LA TRAGEDIA DELLE "FOIBE"
Pallante Pierluigi
su licenza di Editori Riuniti
2008
pag.271
Per 40 giorni Trieste fu amministrata dalla Jugoslavia, dopo essere stata "liberata" dal nazifascismo, secondo un punto di vista, oppure fu "occupata" dalla Jugoslavia, secondo un'altra visione politica. E' il periodo delle deportazioni e delle "foibe".
Già il termine "foiba" ("fossa") fa scattare l'immagine di un rovesciamento totale di valori. La foiba è un tipo di dolina ed è una depressione frequente nei terreni calcarei, dovuta a fenomeni carsici, costituita da un avvallamento a forma di imbuto sul fondo del quale si trova un inghiottitoio (fessura): è quindi una spaccatura del terreno, una voragine naturale, che può raggiungere anche centinaia di metri di profondità, con un'apertura larga invece pochi metri, ed è molto diffusa in Istria. Era il luogo in cui si usava gettare quello che non serviva più o quello che era pericoloso conservare, carcasse di animali, mobili, tracce di furti, cadaveri: gettare un uomo in una foiba significava quindi trattarlo come un rifiuto. Significava anche l'ignoto, l'annullamento dell'esistenza: la morte, anche la più terribile, può essere accettata se almeno c'è una tomba che raccoglie le spoglie e una lapide che ricorda la vita trascorsa.
Le foibe, inserite nel contesto della lunga storia di violenze subite da sloveni e croati, contribuirebbe una reazione, come brutale resa dei conti, compiuta da popolazioni oppresse nei confronti dei loro oppressori.
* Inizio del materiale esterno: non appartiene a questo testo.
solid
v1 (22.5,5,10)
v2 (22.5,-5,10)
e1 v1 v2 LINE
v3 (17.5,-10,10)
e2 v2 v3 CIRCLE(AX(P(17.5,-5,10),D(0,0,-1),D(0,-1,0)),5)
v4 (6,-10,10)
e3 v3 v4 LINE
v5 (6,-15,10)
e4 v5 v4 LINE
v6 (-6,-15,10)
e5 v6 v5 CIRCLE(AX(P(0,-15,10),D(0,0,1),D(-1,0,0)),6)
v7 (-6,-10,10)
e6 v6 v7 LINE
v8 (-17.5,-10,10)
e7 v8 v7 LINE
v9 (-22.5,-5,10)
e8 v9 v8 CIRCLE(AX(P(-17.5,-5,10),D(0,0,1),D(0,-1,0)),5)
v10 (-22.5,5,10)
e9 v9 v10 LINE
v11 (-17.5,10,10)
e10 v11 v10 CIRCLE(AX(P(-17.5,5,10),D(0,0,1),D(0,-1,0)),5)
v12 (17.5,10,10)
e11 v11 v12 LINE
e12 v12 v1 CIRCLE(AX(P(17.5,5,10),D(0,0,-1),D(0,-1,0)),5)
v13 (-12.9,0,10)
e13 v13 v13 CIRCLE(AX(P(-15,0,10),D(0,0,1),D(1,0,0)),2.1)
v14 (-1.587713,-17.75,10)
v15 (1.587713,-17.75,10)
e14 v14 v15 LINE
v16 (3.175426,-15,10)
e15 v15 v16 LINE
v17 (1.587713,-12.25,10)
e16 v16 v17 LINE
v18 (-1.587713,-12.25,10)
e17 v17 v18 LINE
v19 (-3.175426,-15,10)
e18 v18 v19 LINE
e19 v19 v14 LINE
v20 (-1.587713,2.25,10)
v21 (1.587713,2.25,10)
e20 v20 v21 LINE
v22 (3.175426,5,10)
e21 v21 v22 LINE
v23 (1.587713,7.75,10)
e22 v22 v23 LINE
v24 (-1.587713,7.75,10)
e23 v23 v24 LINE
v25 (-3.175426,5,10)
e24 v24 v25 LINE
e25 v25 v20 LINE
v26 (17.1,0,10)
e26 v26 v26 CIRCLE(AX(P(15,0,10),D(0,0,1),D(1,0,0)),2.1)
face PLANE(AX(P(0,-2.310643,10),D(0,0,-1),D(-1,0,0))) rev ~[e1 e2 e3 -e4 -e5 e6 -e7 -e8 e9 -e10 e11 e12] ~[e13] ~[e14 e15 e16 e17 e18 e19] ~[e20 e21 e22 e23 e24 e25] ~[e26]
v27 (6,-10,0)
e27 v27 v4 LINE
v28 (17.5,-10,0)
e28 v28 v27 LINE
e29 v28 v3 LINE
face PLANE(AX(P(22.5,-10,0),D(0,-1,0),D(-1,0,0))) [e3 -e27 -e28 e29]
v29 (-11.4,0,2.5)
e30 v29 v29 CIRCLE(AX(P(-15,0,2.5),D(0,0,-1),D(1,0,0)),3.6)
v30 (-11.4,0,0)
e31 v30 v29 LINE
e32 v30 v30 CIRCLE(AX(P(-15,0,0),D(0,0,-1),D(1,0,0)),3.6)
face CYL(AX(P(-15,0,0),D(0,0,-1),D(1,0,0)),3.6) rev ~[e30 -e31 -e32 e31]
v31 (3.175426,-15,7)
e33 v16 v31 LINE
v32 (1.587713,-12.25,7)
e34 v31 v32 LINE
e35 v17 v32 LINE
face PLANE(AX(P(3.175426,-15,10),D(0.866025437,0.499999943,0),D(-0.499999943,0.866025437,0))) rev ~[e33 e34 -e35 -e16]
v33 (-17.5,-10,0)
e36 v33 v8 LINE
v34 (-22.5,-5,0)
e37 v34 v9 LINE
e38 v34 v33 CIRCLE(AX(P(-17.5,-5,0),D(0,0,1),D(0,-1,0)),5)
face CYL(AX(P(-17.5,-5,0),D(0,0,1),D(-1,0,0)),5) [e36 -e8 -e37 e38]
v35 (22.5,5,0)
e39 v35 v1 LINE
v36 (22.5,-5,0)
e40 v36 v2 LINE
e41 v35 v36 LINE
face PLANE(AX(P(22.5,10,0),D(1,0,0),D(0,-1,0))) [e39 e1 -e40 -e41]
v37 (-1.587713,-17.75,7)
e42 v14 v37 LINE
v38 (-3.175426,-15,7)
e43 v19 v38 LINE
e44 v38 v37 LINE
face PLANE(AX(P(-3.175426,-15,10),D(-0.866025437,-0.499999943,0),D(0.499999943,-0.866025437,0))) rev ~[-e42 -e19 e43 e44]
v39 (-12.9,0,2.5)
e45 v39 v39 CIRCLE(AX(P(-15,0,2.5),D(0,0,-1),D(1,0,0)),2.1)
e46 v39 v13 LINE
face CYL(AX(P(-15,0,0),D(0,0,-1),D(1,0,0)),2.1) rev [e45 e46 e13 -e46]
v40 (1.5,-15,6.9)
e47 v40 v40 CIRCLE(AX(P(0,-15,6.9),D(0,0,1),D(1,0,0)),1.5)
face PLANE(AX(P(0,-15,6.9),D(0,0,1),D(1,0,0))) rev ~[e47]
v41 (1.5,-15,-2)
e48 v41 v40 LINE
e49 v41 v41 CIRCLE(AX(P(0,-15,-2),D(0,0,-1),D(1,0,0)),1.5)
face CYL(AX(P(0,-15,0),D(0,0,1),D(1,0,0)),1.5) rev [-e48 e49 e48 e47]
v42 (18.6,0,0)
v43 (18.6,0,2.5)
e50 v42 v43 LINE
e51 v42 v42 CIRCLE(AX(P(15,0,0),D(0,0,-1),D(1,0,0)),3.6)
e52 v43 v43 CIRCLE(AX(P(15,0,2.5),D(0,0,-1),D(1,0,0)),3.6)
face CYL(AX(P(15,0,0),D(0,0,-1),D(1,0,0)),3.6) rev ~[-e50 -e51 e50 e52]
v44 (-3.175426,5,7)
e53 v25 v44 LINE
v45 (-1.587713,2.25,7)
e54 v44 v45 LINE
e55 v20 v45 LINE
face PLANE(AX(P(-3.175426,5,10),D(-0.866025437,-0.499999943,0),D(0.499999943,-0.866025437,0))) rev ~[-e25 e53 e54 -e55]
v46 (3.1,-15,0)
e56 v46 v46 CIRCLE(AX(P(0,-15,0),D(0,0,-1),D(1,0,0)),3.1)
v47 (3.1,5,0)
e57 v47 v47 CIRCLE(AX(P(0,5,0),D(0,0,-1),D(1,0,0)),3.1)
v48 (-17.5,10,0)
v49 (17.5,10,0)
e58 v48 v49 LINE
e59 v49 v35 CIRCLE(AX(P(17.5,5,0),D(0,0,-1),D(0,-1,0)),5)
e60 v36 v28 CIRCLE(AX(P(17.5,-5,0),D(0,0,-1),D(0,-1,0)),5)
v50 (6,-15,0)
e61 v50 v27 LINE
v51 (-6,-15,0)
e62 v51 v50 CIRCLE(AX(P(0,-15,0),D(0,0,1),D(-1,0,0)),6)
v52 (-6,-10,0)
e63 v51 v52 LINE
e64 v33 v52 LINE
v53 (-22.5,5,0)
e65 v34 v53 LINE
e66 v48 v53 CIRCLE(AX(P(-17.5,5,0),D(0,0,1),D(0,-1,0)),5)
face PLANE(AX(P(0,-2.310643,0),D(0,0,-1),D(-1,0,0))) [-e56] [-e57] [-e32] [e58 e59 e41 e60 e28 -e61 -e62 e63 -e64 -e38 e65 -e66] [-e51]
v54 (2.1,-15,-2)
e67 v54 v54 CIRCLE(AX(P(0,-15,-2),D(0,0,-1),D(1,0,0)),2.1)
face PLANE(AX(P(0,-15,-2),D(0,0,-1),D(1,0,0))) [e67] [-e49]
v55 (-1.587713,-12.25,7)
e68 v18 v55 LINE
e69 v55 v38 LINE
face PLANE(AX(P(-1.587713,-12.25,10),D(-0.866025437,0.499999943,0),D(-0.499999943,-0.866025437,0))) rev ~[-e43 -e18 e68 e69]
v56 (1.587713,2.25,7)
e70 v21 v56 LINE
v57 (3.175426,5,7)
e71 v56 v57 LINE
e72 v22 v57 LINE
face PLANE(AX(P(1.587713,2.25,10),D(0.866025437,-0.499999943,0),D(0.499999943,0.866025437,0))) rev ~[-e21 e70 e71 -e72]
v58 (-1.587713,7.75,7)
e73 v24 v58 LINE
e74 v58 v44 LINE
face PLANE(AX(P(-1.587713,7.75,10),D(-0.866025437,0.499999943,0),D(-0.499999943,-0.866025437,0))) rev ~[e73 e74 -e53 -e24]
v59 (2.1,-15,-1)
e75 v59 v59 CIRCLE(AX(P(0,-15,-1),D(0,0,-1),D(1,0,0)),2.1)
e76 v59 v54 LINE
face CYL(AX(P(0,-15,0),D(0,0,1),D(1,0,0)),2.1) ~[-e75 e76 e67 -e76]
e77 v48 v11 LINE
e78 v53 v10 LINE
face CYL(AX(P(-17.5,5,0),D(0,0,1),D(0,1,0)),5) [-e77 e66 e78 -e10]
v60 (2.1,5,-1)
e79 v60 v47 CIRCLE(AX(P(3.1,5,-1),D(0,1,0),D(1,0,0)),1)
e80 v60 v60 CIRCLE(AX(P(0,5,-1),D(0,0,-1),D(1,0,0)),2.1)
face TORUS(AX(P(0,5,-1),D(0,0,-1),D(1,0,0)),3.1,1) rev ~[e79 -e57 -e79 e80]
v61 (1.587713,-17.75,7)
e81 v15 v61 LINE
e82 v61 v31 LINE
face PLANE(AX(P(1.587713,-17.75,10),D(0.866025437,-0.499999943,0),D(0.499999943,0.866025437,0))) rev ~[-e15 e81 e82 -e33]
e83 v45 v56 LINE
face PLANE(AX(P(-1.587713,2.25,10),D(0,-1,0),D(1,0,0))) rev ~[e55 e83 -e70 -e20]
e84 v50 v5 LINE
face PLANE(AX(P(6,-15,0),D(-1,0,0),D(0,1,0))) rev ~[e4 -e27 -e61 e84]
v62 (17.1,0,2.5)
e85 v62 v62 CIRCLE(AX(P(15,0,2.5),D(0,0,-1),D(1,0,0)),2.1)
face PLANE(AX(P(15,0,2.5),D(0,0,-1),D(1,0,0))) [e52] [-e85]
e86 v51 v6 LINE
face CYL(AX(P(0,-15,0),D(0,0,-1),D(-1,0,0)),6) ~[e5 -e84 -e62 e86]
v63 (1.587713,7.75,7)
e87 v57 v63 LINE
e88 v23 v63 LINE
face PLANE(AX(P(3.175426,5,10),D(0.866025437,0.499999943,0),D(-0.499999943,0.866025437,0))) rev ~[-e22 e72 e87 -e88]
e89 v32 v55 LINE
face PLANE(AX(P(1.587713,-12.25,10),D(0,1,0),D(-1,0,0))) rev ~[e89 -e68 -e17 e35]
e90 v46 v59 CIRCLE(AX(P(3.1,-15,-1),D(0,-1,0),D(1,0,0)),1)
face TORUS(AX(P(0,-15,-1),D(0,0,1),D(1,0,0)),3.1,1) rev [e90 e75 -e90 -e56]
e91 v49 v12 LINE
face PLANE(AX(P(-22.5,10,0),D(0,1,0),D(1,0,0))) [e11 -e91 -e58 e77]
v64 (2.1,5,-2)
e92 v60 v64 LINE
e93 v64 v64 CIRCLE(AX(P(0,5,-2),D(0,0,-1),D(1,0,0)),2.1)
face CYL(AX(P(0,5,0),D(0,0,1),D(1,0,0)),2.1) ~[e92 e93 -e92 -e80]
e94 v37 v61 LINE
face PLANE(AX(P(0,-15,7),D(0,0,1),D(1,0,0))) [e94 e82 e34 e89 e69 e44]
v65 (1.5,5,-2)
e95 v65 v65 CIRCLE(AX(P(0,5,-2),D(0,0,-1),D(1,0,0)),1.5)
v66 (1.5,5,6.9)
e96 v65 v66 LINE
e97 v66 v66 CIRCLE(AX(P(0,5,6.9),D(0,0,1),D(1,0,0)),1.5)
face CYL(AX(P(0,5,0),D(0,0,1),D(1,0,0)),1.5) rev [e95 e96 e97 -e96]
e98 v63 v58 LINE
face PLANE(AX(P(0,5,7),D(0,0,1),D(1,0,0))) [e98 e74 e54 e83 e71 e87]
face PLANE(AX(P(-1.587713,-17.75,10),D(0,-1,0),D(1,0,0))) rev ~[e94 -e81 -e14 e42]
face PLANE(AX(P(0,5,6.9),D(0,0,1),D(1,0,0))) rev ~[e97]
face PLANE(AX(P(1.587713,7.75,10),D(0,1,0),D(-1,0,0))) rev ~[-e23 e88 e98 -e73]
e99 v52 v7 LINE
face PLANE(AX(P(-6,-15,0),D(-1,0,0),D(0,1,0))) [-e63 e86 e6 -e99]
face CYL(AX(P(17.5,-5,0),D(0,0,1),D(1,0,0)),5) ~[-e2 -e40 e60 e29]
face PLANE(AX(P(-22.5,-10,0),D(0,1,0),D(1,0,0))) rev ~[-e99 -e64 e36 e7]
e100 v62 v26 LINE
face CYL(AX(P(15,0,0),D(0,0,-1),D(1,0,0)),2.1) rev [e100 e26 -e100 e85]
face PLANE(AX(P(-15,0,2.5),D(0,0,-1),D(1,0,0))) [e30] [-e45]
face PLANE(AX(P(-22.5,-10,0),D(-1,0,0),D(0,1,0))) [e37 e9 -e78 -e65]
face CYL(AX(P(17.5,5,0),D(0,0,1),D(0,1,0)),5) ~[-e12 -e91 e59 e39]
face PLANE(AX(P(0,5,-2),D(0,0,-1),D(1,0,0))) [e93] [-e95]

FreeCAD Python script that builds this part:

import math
import FreeCAD as App
import Part
import Sketcher

V = App.Vector
Q = App.Units.Quantity


def edges_at(feature, points):
    """Names of the edges that pass closest to the given points."""
    edges = feature.Shape.Edges
    near = lambda p: min(range(len(edges)), key=lambda i: edges[i].distToShape(Part.Vertex(*p))[0])
    return sorted({f"Edge{near(p) + 1}" for p in points})

doc = App.newDocument("Part")
body = doc.addObject("PartDesign::Body", "Body")

# Sketch on XY plane
sketch1 = body.newObject("Sketcher::SketchObject", "Sketch")
sketch1.AttachmentSupport = (doc.getObject("XY_Plane"), [""])
sketch1.MapMode = "FlatFace"
sketch1.addGeometry(Part.LineSegment(V(22.5, 10, 0), V(-22.5, 10, 0)), False)
sketch1.addGeometry(Part.LineSegment(V(-22.5, 10, 0), V(-22.5, -10, 0)), False)
sketch1.addGeometry(Part.LineSegment(V(-22.5, -10, 0), V(-6, -10, 0)), False)
sketch1.addGeometry(Part.LineSegment(V(-6, -10, 0), V(-6, -15, 0)), False)
sketch1.addGeometry(Part.ArcOfCircle(Part.Circle(V(0, -15, 0), V(0, 0, 1), 6), math.radians(180), math.radians(360)), False)
sketch1.addGeometry(Part.LineSegment(V(6, -15, 0), V(6, -10, 0)), False)
sketch1.addGeometry(Part.LineSegment(V(6, -10, 0), V(22.5, -10, 0)), False)
sketch1.addGeometry(Part.LineSegment(V(22.5, -10, 0), V(22.5, 10, 0)), False)
sketch1.addGeometry(Part.Circle(V(0, -15, 0), V(0, 0, 1), 1.5), False)
sketch1.addGeometry(Part.Circle(V(15, 0, 0), V(0, 0, 1), 2.1), False)
sketch1.addGeometry(Part.Circle(V(-15, 0, 0), V(0, 0, 1), 2.1), False)
sketch1.addGeometry(Part.Circle(V(0, 5, 0), V(0, 0, 1), 1.5), False)
sketch1.addConstraint(Sketcher.Constraint("Coincident", 0, 2, 1, 1))
sketch1.addConstraint(Sketcher.Constraint("Coincident", 1, 2, 2, 1))
sketch1.addConstraint(Sketcher.Constraint("Coincident", 2, 2, 3, 1))
sketch1.addConstraint(Sketcher.Constraint("Tangent", 3, 2, 4, 1))
sketch1.addConstraint(Sketcher.Constraint("Tangent", 4, 2, 5, 1))
sketch1.addConstraint(Sketcher.Constraint("Coincident", 5, 2, 6, 1))
sketch1.addConstraint(Sketcher.Constraint("Coincident", 6, 2, 7, 1))
sketch1.addConstraint(Sketcher.Constraint("Coincident", 7, 2, 0, 1))
sketch1.addConstraint(Sketcher.Constraint("Horizontal", 0))
sketch1.addConstraint(Sketcher.Constraint("Vertical", 1))
sketch1.addConstraint(Sketcher.Constraint("Horizontal", 2))
sketch1.addConstraint(Sketcher.Constraint("Vertical", 3))
sketch1.addConstraint(Sketcher.Constraint("Vertical", 5))
sketch1.addConstraint(Sketcher.Constraint("Horizontal", 6))
sketch1.addConstraint(Sketcher.Constraint("Vertical", 7))
sketch1.addConstraint(Sketcher.Constraint("Coincident", 8, 3, 4, 3))
sketch1.addConstraint(Sketcher.Constraint("Equal", 9, 10))
sketch1.addConstraint(Sketcher.Constraint("Equal", 8, 11))
sketch1.addConstraint(Sketcher.Constraint("Symmetric", 9, 3, 10, 3, -1, 1))
sketch1.addConstraint(Sketcher.Constraint("Symmetric", 0, 2, 6, 2, -1, 1))
sketch1.addConstraint(Sketcher.Constraint("Symmetric", 2, 2, 5, 2, -2))
sketch1.addConstraint(Sketcher.Constraint("PointOnObject", 9, 3, -1))
sketch1.addConstraint(Sketcher.Constraint("PointOnObject", 11, 3, -2))
sketch1.addConstraint(Sketcher.Constraint("Diameter", 8, 3.0))
sketch1.addConstraint(Sketcher.Constraint("Radius", 4, 6.0))
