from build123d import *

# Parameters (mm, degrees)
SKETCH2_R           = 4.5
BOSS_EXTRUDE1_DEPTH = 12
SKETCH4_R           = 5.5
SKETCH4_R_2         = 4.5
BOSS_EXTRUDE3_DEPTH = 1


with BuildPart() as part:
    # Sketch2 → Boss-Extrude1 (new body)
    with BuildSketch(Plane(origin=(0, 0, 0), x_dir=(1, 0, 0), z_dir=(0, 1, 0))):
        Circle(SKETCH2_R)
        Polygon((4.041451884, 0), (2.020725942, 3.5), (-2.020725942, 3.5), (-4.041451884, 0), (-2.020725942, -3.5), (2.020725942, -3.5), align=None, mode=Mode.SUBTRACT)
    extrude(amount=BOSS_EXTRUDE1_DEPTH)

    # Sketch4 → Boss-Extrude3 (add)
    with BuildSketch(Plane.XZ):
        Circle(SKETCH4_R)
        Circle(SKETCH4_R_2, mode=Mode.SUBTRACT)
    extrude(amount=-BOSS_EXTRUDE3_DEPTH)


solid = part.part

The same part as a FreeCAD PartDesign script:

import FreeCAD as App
import Part
import Sketcher
Q = App.Units.Quantity


def add_polygon(sketch, points):
    """Adds a closed chain of lines whose ends are joined by coincident constraints."""
    first, n = sketch.GeometryCount, len(points)
    for a, b in zip(points, points[1:] + points[:1]):
        sketch.addGeometry(Part.LineSegment(App.Vector(*a, 0), App.Vector(*b, 0)), False)
    for i in range(n):
        sketch.addConstraint(Sketcher.Constraint("Coincident", first + i, 2, first + (i + 1) % n, 1))

doc = App.newDocument("Part")
params = doc.addObject("Spreadsheet::Sheet", "Params")
for row, (alias, value) in enumerate([
    ("sketch1_diameter", "9 mm"),
    ("pad1_length", "12 mm"),
    ("sketch2_diameter", "11 mm"),
    ("sketch2_diameter2", "9 mm"),
    ("pad2_length", "1 mm"),
], start=1):
    params.set(f"A{row}", alias)
    params.set(f"B{row}", "=" + value)
    params.setAlias(f"B{row}", alias)

body = doc.addObject("PartDesign::Body", "Body")

sketch1 = doc.addObject("Sketcher::SketchObject", "Sketch")
body.addObject(sketch1)
sketch1.AttachmentSupport = (doc.XZ_Plane, [""])
sketch1.MapMode = "FlatFace"
sketch1.addGeometry(Part.Circle(App.Vector(0, 0, 0), App.Vector(0, 0, 1), 4.5), False)
add_polygon(sketch1, [(2, -3.5), (4, 0), (2, 3.5), (-2, 3.5), (-4, 0), (-2, -3.5)])
sketch1.addConstraint(Sketcher.Constraint("Horizontal", 3))
sketch1.addConstraint(Sketcher.Constraint("Horizontal", 6))
sketch1.addConstraint(Sketcher.Constraint("Coincident", 0, 3, -1, 1))
sketch1.addConstraint(Sketcher.Constraint("Symmetric", 1, 2, 4, 2, -1, 1))
sketch1.addConstraint(Sketcher.Constraint("Symmetric", 2, 2, 5, 2, -1, 1))
sketch1.addConstraint(Sketcher.Constraint("PointOnObject", 1, 2, -1))
sketch1.addConstraint(Sketcher.Constraint("Parallel", 1, 4))
sketch1.addConstraint(Sketcher.Constraint("Vertical", 3, 2, 5, 2))
sketch1.addConstraint(Sketcher.Constraint("Diameter", 0, Q("9 mm")))
sketch1.addConstraint(Sketcher.Constraint("Angle", 1, Q("60 deg")))
sketch1.addConstraint(Sketcher.Constraint("DistanceY", 5, 2, 3, 2, Q("7 mm")))
sketch1.addConstraint(Sketcher.Constraint("DistanceX", 3, 2, 3, 1, Q("4.041452 mm")))
sketch1.setExpression("Constraints[14]", "Params.sketch1_diameter")
pad1 = doc.addObject("PartDesign::Pad", "Pad")
body.addObject(pad1)
pad1.Profile = sketch1
pad1.setExpression("Length", "Params.pad1_length")
pad1.Reversed = True

sketch2 = doc.addObject("Sketcher::SketchObject", "Sketch001")
body.addObject(sketch2)
sketch2.AttachmentSupport = (doc.XZ_Plane, [""])
sketch2.MapMode = "FlatFace"
sketch2.addGeometry(Part.Circle(App.Vector(0, 0, 0), App.Vector(0, 0, 1), 5.5), False)
sketch2.addGeometry(Part.Circle(App.Vector(0, 0, 0), App.Vector(0, 0, 1), 4.5), False)
sketch2.addConstraint(Sketcher.Constraint("Coincident", 0, 3, -1, 1))
sketch2.addConstraint(Sketcher.Constraint("Coincident", 1, 3, -1, 1))
sketch2.addConstraint(Sketcher.Constraint("Diameter", 0, Q("11 mm")))
sketch2.addConstraint(Sketcher.Constraint("Diameter", 1, Q("9 mm")))
sketch2.setExpression("Constraints[2]", "Params.sketch2_diameter")
sketch2.setExpression("Constraints[3]", "Params.sketch2_diameter2")
pad2 = doc.addObject("PartDesign::Pad", "Pad001")
body.addObject(pad2)
pad2.Profile = sketch2
pad2.setExpression("Length", "Params.pad2_length")
pad2.Reversed = True

doc.recompute()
Questa analisi è sicuramente corretta, ma non spiega tutto il fenomeno: trascura infatti, oltre alla dimensione internazionale del problema, il legame tra vicende giuliane e criteri di costruzione del comunismo in Jugoslavia. Pulizia etnica quindi, ma soprattutto epurazione politica, e molte vendette personali. Tutto questo non dimenticando il ruolo di moltiplicatore degli odi politici svolto nella Venezia Giulia dallo scontro nazionale.